> Problem description
The answer should contain every entry below, copied exactly.
:: Input records ::
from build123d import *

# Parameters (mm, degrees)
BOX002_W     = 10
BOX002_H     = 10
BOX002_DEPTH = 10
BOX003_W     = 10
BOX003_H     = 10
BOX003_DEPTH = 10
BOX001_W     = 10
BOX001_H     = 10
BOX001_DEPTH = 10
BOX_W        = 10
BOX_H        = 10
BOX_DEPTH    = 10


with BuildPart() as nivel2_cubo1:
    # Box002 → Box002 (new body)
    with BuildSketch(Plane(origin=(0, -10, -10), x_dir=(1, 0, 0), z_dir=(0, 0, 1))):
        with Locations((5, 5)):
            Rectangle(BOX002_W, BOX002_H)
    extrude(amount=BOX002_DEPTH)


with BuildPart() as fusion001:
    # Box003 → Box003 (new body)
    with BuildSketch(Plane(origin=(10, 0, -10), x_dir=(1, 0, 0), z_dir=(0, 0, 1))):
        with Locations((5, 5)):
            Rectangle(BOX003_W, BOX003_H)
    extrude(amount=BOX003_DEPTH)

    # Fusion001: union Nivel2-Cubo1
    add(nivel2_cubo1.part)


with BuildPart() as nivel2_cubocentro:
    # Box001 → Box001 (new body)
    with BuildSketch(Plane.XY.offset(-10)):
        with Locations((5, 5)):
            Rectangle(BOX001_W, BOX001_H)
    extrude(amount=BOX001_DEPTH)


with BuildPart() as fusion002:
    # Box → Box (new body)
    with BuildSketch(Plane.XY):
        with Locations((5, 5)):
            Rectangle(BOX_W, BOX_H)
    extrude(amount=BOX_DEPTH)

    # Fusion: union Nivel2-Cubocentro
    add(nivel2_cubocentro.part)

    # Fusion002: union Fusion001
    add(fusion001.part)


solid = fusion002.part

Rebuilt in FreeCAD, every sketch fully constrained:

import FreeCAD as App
import Part
import Sketcher
from FreeCAD import Vector


def add_polygon(sketch, points):
    """Adds a closed chain of lines whose ends are joined by coincident constraints."""
    first, n = sketch.GeometryCount, len(points)
    for a, b in zip(points, points[1:] + points[:1]):
        sketch.addGeometry(Part.LineSegment(App.Vector(*a, 0), App.Vector(*b, 0)), False)
    for i in range(n):
        sketch.addConstraint(Sketcher.Constraint("Coincident", first + i, 2, first + (i + 1) % n, 1))

doc = App.newDocument("Part")
body = doc.addObject("PartDesign::Body", "Body")

# Sketch on XY plane
sketch1 = body.newObject("Sketcher::SketchObject", "Sketch")
sketch1.AttachmentSupport = (doc.getObject("XY_Plane"), [""])
sketch1.MapMode = "FlatFace"
sketch1.AttachmentOffset = App.Placement(Vector(0, 0, -10), App.Rotation())
add_polygon(sketch1, [(0, 0), (0, -10), (10, -10), (10, 0)])  # lines 0-3
sketch1.addConstraint([
    Sketcher.Constraint("Vertical", 0),
    Sketcher.Constraint("Horizontal", 1),
    Sketcher.Constraint("Vertical", 2),
    Sketcher.Constraint("Horizontal", 3),
    Sketcher.Constraint("Coincident", 3, 2, -1, 1),
    Sketcher.Constraint("Equal", 3, 0),
    Sketcher.Constraint("DistanceX", 1, 1, 1, 2, 10.0),
])
pad1 = body.newObject("PartDesign::Pad", "Pad")
pad1.Profile = sketch1
pad1.Length = 10
body2 = doc.addObject("PartDesign::Body", "Body001")
body2.AllowCompound = True

# Sketch on XY plane
sketch2 = body2.newObject("Sketcher::SketchObject", "Sketch001")
sketch2.AttachmentSupport = (doc.getObject("XY_Plane001"), [""])
sketch2.MapMode = "FlatFace"
sketch2.AttachmentOffset = App.Placement(Vector(0, 0, -10), App.Rotation())
add_polygon(sketch2, [(10, 10), (10, 0), (20, 0), (20, 10)])  # lines 0-3
sketch2.addConstraint([
    Sketcher.Constraint("Vertical", 0),
    Sketcher.Constraint("Horizontal", 1),
    Sketcher.Constraint("Vertical", 2),
    Sketcher.Constraint("Horizontal", 3),
    Sketcher.Constraint("PointOnObject", 0, 2, -1),
    Sketcher.Constraint("Equal", 3, 0),
    Sketcher.Constraint("DistanceX", 1, 1, 1, 2, 10.0),
    Sketcher.Constraint("DistanceX", -1, 1, 0, 2, 10.0),
])
pad2 = body2.newObject("PartDesign::Pad", "Pad001")
pad2.Profile = sketch2
pad2.Length = 10
doc.recompute()

boolean = body2.newObject("PartDesign::Boolean", "Boolean")
boolean.Type = "Fuse"
boolean.addObjects([body])
body3 = doc.addObject("PartDesign::Body", "Body002")

# Sketch on XY plane
sketch3 = body3.newObject("Sketcher::SketchObject", "Sketch002")
sketch3.AttachmentSupport = (doc.getObject("XY_Plane002"), [""])
sketch3.MapMode = "FlatFace"
sketch3.AttachmentOffset = App.Placement(Vector(0, 0, -10), App.Rotation())
add_polygon(sketch3, [(0, 10), (0, 0), (10, 0), (10, 10)])  # lines 0-3
sketch3.addConstraint([
    Sketcher.Constraint("Vertical", 0),
    Sketcher.Constraint("Horizontal", 1),
    Sketcher.Constraint("Vertical", 2),
    Sketcher.Constraint("Horizontal", 3),
    Sketcher.Constraint("Coincident", 0, 2, -1, 1),
    Sketcher.Constraint("Equal", 3, 0),
    Sketcher.Constraint("DistanceX", 1, 1, 1, 2, 10.0),
])
pad3 = body3.newObject("PartDesign::Pad", "Pad002")
pad3.Profile = sketch3
pad3.Length = 10
body4 = doc.addObject("PartDesign::Body", "Body003")

# Sketch on XY plane
sketch4 = body4.newObject("Sketcher::SketchObject", "Sketch003")
sketch4.AttachmentSupport = (doc.getObject("XY_Plane003"), [""])
sketch4.MapMode = "FlatFace"
add_polygon(sketch4, [(0, 10), (0, 0), (10, 0), (10, 10)])  # lines 0-3
sketch4.addConstraint([
    Sketcher.Constraint("Vertical", 0),
    Sketcher.Constraint("Horizontal", 1),
    Sketcher.Constraint("Vertical", 2),
    Sketcher.Constraint("Horizontal", 3),
    Sketcher.Constraint("Coincident", 0, 2, -1, 1),
    Sketcher.Constraint("Equal", 3, 0),
    Sketcher.Constraint("DistanceX", 1, 1, 1, 2, 10.0),
])
pad4 = body4.newObject("PartDesign::Pad", "Pad003")
pad4.Profile = sketch4
pad4.Length = 10
doc.recompute()

boolean2 = body4.newObject("PartDesign::Boolean", "Boolean001")
boolean2.Type = "Fuse"
boolean2.addObjects([body3])
doc.recompute()

boolean3 = body4.newObject("PartDesign::Boolean", "Boolean002")
boolean3.Type = "Fuse"
boolean3.addObjects([body2])

doc.recompute()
:::
> Written response
from build123d import *

# Parameters (mm, degrees)
BOX002_W     = 10
BOX002_H     = 10
BOX002_DEPTH = 10
BOX003_W     = 10
BOX003_H     = 10
BOX003_DEPTH = 10
BOX001_W     = 10
BOX001_H     = 10
BOX001_DEPTH = 10
BOX_W        = 10
BOX_H        = 10
BOX_DEPTH    = 10


with BuildPart() as nivel2_cubo1:
    # Box002 → Box002 (new body)
    with BuildSketch(Plane(origin=(0, -10, -10), x_dir=(1, 0, 0), z_dir=(0, 0, 1))):
        with Locations((5, 5)):
            Rectangle(BOX002_W, BOX002_H)
    extrude(amount=BOX002_DEPTH)


with BuildPart() as fusion001:
    # Box003 → Box003 (new body)
    with BuildSketch(Plane(origin=(10, 0, -10), x_dir=(1, 0, 0), z_dir=(0, 0, 1))):
        with Locations((5, 5)):
            Rectangle(BOX003_W, BOX003_H)
    extrude(amount=BOX003_DEPTH)

    # Fusion001: union Nivel2-Cubo1
    add(nivel2_cubo1.part)


with BuildPart() as nivel2_cubocentro:
    # Box001 → Box001 (new body)
    with BuildSketch(Plane.XY.offset(-10)):
        with Locations((5, 5)):
            Rectangle(BOX001_W, BOX001_H)
    extrude(amount=BOX001_DEPTH)


with BuildPart() as fusion002:
    # Box → Box (new body)
    with BuildSketch(Plane.XY):
        with Locations((5, 5)):
            Rectangle(BOX_W, BOX_H)
    extrude(amount=BOX_DEPTH)

    # Fusion: union Nivel2-Cubocentro
    add(nivel2_cubocentro.part)

    # Fusion002: union Fusion001
    add(fusion001.part)


solid = fusion002.part

Rebuilt in FreeCAD, every sketch fully constrained:

import FreeCAD as App
import Part
import Sketcher
from FreeCAD import Vector


def add_polygon(sketch, points):
    """Adds a closed chain of lines whose ends are joined by coincident constraints."""
    first, n = sketch.GeometryCount, len(points)
    for a, b in zip(points, points[1:] + points[:1]):
        sketch.addGeometry(Part.LineSegment(App.Vector(*a, 0), App.Vector(*b, 0)), False)
    for i in range(n):
        sketch.addConstraint(Sketcher.Constraint("Coincident", first + i, 2, first + (i + 1) % n, 1))

doc = App.newDocument("Part")
body = doc.addObject("PartDesign::Body", "Body")

# Sketch on XY plane
sketch1 = body.newObject("Sketcher::SketchObject", "Sketch")
sketch1.AttachmentSupport = (doc.getObject("XY_Plane"), [""])
sketch1.MapMode = "FlatFace"
sketch1.AttachmentOffset = App.Placement(Vector(0, 0, -10), App.Rotation())
add_polygon(sketch1, [(0, 0), (0, -10), (10, -10), (10, 0)])  # lines 0-3
sketch1.addConstraint([
    Sketcher.Constraint("Vertical", 0),
    Sketcher.Constraint("Horizontal", 1),
    Sketcher.Constraint("Vertical", 2),
    Sketcher.Constraint("Horizontal", 3),
    Sketcher.Constraint("Coincident", 3, 2, -1, 1),
    Sketcher.Constraint("Equal", 3, 0),
    Sketcher.Constraint("DistanceX", 1, 1, 1, 2, 10.0),
])
pad1 = body.newObject("PartDesign::Pad", "Pad")
pad1.Profile = sketch1
pad1.Length = 10
body2 = doc.addObject("PartDesign::Body", "Body001")
body2.AllowCompound = True

# Sketch on XY plane
sketch2 = body2.newObject("Sketcher::SketchObject", "Sketch001")
sketch2.AttachmentSupport = (doc.getObject("XY_Plane001"), [""])
sketch2.MapMode = "FlatFace"
sketch2.AttachmentOffset = App.Placement(Vector(0, 0, -10), App.Rotation())
add_polygon(sketch2, [(10, 10), (10, 0), (20, 0), (20, 10)])  # lines 0-3
sketch2.addConstraint([
    Sketcher.Constraint("Vertical", 0),
    Sketcher.Constraint("Horizontal", 1),
    Sketcher.Constraint("Vertical", 2),
    Sketcher.Constraint("Horizontal", 3),
    Sketcher.Constraint("PointOnObject", 0, 2, -1),
    Sketcher.Constraint("Equal", 3, 0),
    Sketcher.Constraint("DistanceX", 1, 1, 1, 2, 10.0),
    Sketcher.Constraint("DistanceX", -1, 1, 0, 2, 10.0),
])
pad2 = body2.newObject("PartDesign::Pad", "Pad001")
pad2.Profile = sketch2
pad2.Length = 10
doc.recompute()

boolean = body2.newObject("PartDesign::Boolean", "Boolean")
boolean.Type = "Fuse"
boolean.addObjects([body])
body3 = doc.addObject("PartDesign::Body", "Body002")

# Sketch on XY plane
sketch3 = body3.newObject("Sketcher::SketchObject", "Sketch002")
sketch3.AttachmentSupport = (doc.getObject("XY_Plane002"), [""])
sketch3.MapMode = "FlatFace"
sketch3.AttachmentOffset = App.Placement(Vector(0, 0, -10), App.Rotation())
add_polygon(sketch3, [(0, 10), (0, 0), (10, 0), (10, 10)])  # lines 0-3
sketch3.addConstraint([
    Sketcher.Constraint("Vertical", 0),
    Sketcher.Constraint("Horizontal", 1),
    Sketcher.Constraint("Vertical", 2),
    Sketcher.Constraint("Horizontal", 3),
    Sketcher.Constraint("Coincident", 0, 2, -1, 1),
    Sketcher.Constraint("Equal", 3, 0),
    Sketcher.Constraint("DistanceX", 1, 1, 1, 2, 10.0),
])
pad3 = body3.newObject("PartDesign::Pad", "Pad002")
pad3.Profile = sketch3
pad3.Length = 10
body4 = doc.addObject("PartDesign::Body", "Body003")

# Sketch on XY plane
sketch4 = body4.newObject("Sketcher::SketchObject", "Sketch003")
sketch4.AttachmentSupport = (doc.getObject("XY_Plane003"), [""])
sketch4.MapMode = "FlatFace"
add_polygon(sketch4, [(0, 10), (0, 0), (10, 0), (10, 10)])  # lines 0-3
sketch4.addConstraint([
    Sketcher.Constraint("Vertical", 0),
    Sketcher.Constraint("Horizontal", 1),
    Sketcher.Constraint("Vertical", 2),
    Sketcher.Constraint("Horizontal", 3),
    Sketcher.Constraint("Coincident", 0, 2, -1, 1),
    Sketcher.Constraint("Equal", 3, 0),
    Sketcher.Constraint("DistanceX", 1, 1, 1, 2, 10.0),
])
pad4 = body4.newObject("PartDesign::Pad", "Pad003")
pad4.Profile = sketch4
pad4.Length = 10
doc.recompute()

boolean2 = body4.newObject("PartDesign::Boolean", "Boolean001")
boolean2.Type = "Fuse"
boolean2.addObjects([body3])
doc.recompute()

boolean3 = body4.newObject("PartDesign::Boolean", "Boolean002")
boolean3.Type = "Fuse"
boolean3.addObjects([body2])

doc.recompute()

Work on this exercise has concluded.